SUPPLIED RECORDS ▸
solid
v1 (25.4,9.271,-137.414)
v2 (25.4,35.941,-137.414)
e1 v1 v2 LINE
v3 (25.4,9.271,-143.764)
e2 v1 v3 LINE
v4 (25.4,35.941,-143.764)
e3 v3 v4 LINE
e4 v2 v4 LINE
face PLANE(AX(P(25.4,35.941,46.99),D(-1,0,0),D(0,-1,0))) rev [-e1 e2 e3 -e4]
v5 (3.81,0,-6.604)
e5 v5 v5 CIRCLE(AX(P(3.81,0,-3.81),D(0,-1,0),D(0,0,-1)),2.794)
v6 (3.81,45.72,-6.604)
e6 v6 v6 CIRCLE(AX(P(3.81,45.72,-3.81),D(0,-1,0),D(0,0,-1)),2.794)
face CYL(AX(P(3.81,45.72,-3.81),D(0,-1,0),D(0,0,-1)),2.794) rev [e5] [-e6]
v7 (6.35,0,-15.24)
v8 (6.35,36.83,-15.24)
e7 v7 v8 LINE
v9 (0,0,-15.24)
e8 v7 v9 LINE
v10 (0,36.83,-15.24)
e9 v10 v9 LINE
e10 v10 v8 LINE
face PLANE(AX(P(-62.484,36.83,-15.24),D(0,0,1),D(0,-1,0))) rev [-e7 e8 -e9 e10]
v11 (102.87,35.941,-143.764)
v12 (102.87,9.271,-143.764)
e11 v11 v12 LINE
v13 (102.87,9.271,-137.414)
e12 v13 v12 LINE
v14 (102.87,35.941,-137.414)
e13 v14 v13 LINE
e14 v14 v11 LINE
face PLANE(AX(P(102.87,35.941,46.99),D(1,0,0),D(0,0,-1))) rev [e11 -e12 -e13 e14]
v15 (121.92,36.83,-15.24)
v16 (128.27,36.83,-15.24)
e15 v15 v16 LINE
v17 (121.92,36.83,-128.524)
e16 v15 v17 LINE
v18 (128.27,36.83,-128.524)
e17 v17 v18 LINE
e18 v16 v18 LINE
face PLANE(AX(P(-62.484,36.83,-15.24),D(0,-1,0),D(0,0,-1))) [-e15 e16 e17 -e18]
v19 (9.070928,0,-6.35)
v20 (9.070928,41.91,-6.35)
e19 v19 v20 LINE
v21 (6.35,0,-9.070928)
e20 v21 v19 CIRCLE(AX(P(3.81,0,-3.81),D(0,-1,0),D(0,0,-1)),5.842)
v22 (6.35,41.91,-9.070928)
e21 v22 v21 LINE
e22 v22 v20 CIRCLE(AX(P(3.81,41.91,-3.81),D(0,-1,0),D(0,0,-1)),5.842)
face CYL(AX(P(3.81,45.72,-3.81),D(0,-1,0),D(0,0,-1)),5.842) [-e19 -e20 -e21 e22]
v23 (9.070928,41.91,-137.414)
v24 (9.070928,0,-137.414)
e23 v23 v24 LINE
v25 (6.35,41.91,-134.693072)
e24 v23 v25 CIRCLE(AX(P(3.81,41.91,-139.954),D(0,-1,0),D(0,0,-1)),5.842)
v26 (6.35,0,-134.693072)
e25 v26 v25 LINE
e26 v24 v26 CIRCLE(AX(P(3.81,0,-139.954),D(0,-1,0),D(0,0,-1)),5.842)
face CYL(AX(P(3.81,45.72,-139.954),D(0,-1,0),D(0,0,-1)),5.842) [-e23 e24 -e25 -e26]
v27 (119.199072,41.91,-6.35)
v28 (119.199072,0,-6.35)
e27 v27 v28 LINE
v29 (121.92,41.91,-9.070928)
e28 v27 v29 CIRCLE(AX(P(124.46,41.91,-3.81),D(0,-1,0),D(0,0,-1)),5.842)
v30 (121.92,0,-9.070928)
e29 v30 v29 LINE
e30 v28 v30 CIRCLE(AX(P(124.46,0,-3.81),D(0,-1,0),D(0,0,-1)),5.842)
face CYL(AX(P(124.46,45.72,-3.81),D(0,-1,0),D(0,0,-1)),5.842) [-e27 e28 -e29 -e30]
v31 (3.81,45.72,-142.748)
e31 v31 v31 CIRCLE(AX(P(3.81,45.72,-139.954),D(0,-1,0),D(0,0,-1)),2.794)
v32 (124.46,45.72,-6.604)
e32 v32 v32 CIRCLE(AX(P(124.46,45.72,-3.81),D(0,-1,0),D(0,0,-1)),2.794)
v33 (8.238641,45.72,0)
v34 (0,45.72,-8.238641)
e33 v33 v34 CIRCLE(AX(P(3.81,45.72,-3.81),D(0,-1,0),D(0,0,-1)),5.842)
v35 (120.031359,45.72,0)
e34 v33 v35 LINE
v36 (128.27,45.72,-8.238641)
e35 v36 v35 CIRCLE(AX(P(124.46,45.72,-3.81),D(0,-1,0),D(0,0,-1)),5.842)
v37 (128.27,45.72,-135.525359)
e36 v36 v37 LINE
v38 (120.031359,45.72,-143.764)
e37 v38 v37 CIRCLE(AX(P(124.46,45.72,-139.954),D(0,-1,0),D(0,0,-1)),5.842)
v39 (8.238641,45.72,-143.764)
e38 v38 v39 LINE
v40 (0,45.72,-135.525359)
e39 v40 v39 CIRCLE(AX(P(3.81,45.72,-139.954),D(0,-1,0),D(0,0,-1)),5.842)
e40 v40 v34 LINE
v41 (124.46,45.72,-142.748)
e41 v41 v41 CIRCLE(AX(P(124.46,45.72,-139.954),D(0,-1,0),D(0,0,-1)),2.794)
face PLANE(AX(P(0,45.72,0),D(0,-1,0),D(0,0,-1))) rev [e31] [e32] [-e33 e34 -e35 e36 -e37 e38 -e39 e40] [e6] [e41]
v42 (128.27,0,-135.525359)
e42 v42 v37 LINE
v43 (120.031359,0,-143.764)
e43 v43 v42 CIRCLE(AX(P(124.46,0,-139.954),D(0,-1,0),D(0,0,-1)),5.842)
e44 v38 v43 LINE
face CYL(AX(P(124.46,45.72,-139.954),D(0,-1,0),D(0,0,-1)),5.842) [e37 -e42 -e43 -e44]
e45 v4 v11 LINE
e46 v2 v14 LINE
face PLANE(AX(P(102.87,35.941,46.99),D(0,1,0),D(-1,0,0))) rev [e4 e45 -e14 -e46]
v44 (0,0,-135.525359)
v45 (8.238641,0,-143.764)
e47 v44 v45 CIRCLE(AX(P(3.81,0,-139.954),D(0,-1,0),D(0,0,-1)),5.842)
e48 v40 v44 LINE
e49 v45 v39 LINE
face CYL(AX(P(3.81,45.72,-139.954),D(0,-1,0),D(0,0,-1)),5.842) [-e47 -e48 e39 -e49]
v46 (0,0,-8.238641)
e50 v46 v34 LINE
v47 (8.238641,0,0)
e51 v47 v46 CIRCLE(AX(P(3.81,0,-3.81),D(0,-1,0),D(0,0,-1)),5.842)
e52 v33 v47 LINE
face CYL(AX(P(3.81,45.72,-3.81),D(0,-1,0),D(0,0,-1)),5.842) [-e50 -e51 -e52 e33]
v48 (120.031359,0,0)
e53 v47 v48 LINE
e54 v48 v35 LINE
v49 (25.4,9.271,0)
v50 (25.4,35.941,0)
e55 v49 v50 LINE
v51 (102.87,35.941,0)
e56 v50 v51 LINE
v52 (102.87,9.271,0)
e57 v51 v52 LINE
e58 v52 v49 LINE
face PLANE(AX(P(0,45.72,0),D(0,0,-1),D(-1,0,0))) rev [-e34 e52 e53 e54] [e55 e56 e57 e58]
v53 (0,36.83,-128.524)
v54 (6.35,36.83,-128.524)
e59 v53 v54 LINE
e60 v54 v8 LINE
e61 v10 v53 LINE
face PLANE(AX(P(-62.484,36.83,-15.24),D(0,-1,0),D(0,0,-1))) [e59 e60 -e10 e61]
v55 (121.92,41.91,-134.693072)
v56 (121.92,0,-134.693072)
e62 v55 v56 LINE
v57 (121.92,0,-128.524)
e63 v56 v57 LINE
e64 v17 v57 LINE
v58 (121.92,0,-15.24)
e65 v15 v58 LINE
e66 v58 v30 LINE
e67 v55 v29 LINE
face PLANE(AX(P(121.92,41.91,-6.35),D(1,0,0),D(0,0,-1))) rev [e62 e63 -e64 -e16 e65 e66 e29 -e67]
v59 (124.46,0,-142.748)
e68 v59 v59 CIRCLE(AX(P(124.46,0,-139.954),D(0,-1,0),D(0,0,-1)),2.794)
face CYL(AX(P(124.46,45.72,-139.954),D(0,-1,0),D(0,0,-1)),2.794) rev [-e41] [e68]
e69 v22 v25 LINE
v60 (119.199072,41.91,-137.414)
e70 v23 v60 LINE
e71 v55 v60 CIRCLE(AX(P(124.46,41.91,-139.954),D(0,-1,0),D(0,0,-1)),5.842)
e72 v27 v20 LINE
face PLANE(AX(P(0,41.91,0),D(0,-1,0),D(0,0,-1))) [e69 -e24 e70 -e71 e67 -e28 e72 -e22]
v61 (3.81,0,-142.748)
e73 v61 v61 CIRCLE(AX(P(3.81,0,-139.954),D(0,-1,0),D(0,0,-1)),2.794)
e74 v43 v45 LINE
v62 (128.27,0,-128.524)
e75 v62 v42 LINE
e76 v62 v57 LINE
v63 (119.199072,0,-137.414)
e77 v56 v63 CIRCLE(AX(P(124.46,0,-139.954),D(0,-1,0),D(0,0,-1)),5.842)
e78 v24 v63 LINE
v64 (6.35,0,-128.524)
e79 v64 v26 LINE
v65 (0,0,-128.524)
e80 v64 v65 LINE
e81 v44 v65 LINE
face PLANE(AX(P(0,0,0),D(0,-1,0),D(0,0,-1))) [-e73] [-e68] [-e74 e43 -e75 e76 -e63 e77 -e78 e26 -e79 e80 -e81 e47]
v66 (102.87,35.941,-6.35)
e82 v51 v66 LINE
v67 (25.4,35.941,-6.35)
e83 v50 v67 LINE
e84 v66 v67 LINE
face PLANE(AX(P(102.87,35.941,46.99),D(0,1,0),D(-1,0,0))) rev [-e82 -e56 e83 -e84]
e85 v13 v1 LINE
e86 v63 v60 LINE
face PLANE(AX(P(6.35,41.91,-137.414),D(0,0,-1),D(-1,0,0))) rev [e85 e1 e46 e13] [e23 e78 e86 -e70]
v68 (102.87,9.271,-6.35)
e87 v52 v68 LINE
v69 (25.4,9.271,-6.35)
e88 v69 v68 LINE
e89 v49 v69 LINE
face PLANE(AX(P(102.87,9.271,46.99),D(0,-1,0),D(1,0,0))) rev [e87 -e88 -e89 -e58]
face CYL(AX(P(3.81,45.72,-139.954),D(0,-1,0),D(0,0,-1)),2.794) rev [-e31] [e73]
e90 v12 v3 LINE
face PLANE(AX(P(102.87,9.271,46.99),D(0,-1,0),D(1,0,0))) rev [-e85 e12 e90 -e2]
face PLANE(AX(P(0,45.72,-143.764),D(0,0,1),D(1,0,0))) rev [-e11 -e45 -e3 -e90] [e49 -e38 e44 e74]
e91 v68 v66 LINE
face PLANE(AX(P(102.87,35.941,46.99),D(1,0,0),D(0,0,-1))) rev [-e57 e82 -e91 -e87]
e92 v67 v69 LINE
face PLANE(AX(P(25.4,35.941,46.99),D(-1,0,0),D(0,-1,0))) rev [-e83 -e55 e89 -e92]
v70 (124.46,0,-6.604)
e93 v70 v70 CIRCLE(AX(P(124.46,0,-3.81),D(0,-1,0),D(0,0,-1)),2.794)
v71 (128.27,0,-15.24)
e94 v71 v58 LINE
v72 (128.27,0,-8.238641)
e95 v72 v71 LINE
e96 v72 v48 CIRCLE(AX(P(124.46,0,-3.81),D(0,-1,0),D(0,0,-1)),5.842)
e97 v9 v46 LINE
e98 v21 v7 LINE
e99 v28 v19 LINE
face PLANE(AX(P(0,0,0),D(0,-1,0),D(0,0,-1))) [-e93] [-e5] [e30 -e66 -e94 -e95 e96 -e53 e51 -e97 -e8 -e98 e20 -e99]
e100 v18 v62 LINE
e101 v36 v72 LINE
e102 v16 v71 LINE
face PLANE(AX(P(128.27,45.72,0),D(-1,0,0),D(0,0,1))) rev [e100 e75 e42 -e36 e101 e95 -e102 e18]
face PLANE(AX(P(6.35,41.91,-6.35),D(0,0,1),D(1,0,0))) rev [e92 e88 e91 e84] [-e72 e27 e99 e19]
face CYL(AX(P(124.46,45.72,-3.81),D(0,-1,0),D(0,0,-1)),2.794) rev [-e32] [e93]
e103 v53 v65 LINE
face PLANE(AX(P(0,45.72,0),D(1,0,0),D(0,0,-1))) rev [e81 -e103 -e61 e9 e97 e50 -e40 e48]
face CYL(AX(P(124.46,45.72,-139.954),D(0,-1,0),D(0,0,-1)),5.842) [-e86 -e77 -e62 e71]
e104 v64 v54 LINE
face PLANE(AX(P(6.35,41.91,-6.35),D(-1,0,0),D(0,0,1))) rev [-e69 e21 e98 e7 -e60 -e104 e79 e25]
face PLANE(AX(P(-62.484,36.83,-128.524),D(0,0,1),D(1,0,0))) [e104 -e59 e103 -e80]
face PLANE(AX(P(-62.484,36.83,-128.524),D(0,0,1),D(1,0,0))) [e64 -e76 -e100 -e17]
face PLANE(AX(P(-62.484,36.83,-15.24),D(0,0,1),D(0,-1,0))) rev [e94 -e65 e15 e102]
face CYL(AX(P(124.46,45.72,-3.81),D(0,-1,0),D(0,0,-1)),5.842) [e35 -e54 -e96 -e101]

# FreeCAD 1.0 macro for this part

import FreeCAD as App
import Part
import Sketcher
from FreeCAD import Vector
Q = App.Units.Quantity

doc = App.newDocument("Part")
body = doc.addObject("PartDesign::Body", "Body")

# Sketch on XZ plane
sketch1 = body.newObject("Sketcher::SketchObject", "Sketch")
sketch1.AttachmentSupport = (doc.getObject("XZ_Plane"), [""])
sketch1.MapMode = "FlatFace"
sketch1.addGeometry(Part.LineSegment(Vector(0, -144, 0), Vector(0, 0, 0)), False)
sketch1.addGeometry(Part.LineSegment(Vector(0, 0, 0), Vector(128, 0, 0)), False)
sketch1.addGeometry(Part.LineSegment(Vector(128, 0, 0), Vector(128, -144, 0)), False)
sketch1.addGeometry(Part.LineSegment(Vector(128, -144, 0), Vector(0, -144, 0)), False)
sketch1.addConstraint(Sketcher.Constraint("Coincident", 0, 2, 1, 1))
sketch1.addConstraint(Sketcher.Constraint("Coincident", 1, 2, 2, 1))
sketch1.addConstraint(Sketcher.Constraint("Coincident", 2, 2, 3, 1))
sketch1.addConstraint(Sketcher.Constraint("Coincident", 3, 2, 0, 1))
sketch1.addConstraint(Sketcher.Constraint("Vertical", 0))
sketch1.addConstraint(Sketcher.Constraint("Horizontal", 1))
sketch1.addConstraint(Sketcher.Constraint("Vertical", 2))
sketch1.addConstraint(Sketcher.Constraint("Horizontal", 3))
sketch1.addConstraint(Sketcher.Constraint("Coincident", 0, 2, -1, 1))
sketch1.addConstraint(Sketcher.Constraint("DistanceX", 1, 1, 1, 2, Q("5.05 in")))
sketch1.addConstraint(Sketcher.Constraint("DistanceY", 0, 1, 0, 2, Q("5.66 in")))
pad1 = body.newObject("PartDesign::Pad", "Pad")
pad1.Profile = sketch1
pad1.Length = Q("1.8 in")
pad1.Reversed = True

WORK INSTRUCTION ▸ Reproduce exactly, and only, the part of the listing above that begins at the line with "v13 (102.87,9.271,-137.414)" and goes on through the line with "v21 (6.35,0,-9.070928)".

SOLUTION TO THIS EXERCISE ▸
v13 (102.87,9.271,-137.414)
e12 v13 v12 LINE
v14 (102.87,35.941,-137.414)
e13 v14 v13 LINE
e14 v14 v11 LINE
face PLANE(AX(P(102.87,35.941,46.99),D(1,0,0),D(0,0,-1))) rev [e11 -e12 -e13 e14]
v15 (121.92,36.83,-15.24)
v16 (128.27,36.83,-15.24)
e15 v15 v16 LINE
v17 (121.92,36.83,-128.524)
e16 v15 v17 LINE
v18 (128.27,36.83,-128.524)
e17 v17 v18 LINE
e18 v16 v18 LINE
face PLANE(AX(P(-62.484,36.83,-15.24),D(0,-1,0),D(0,0,-1))) [-e15 e16 e17 -e18]
v19 (9.070928,0,-6.35)
v20 (9.070928,41.91,-6.35)
e19 v19 v20 LINE
v21 (6.35,0,-9.070928)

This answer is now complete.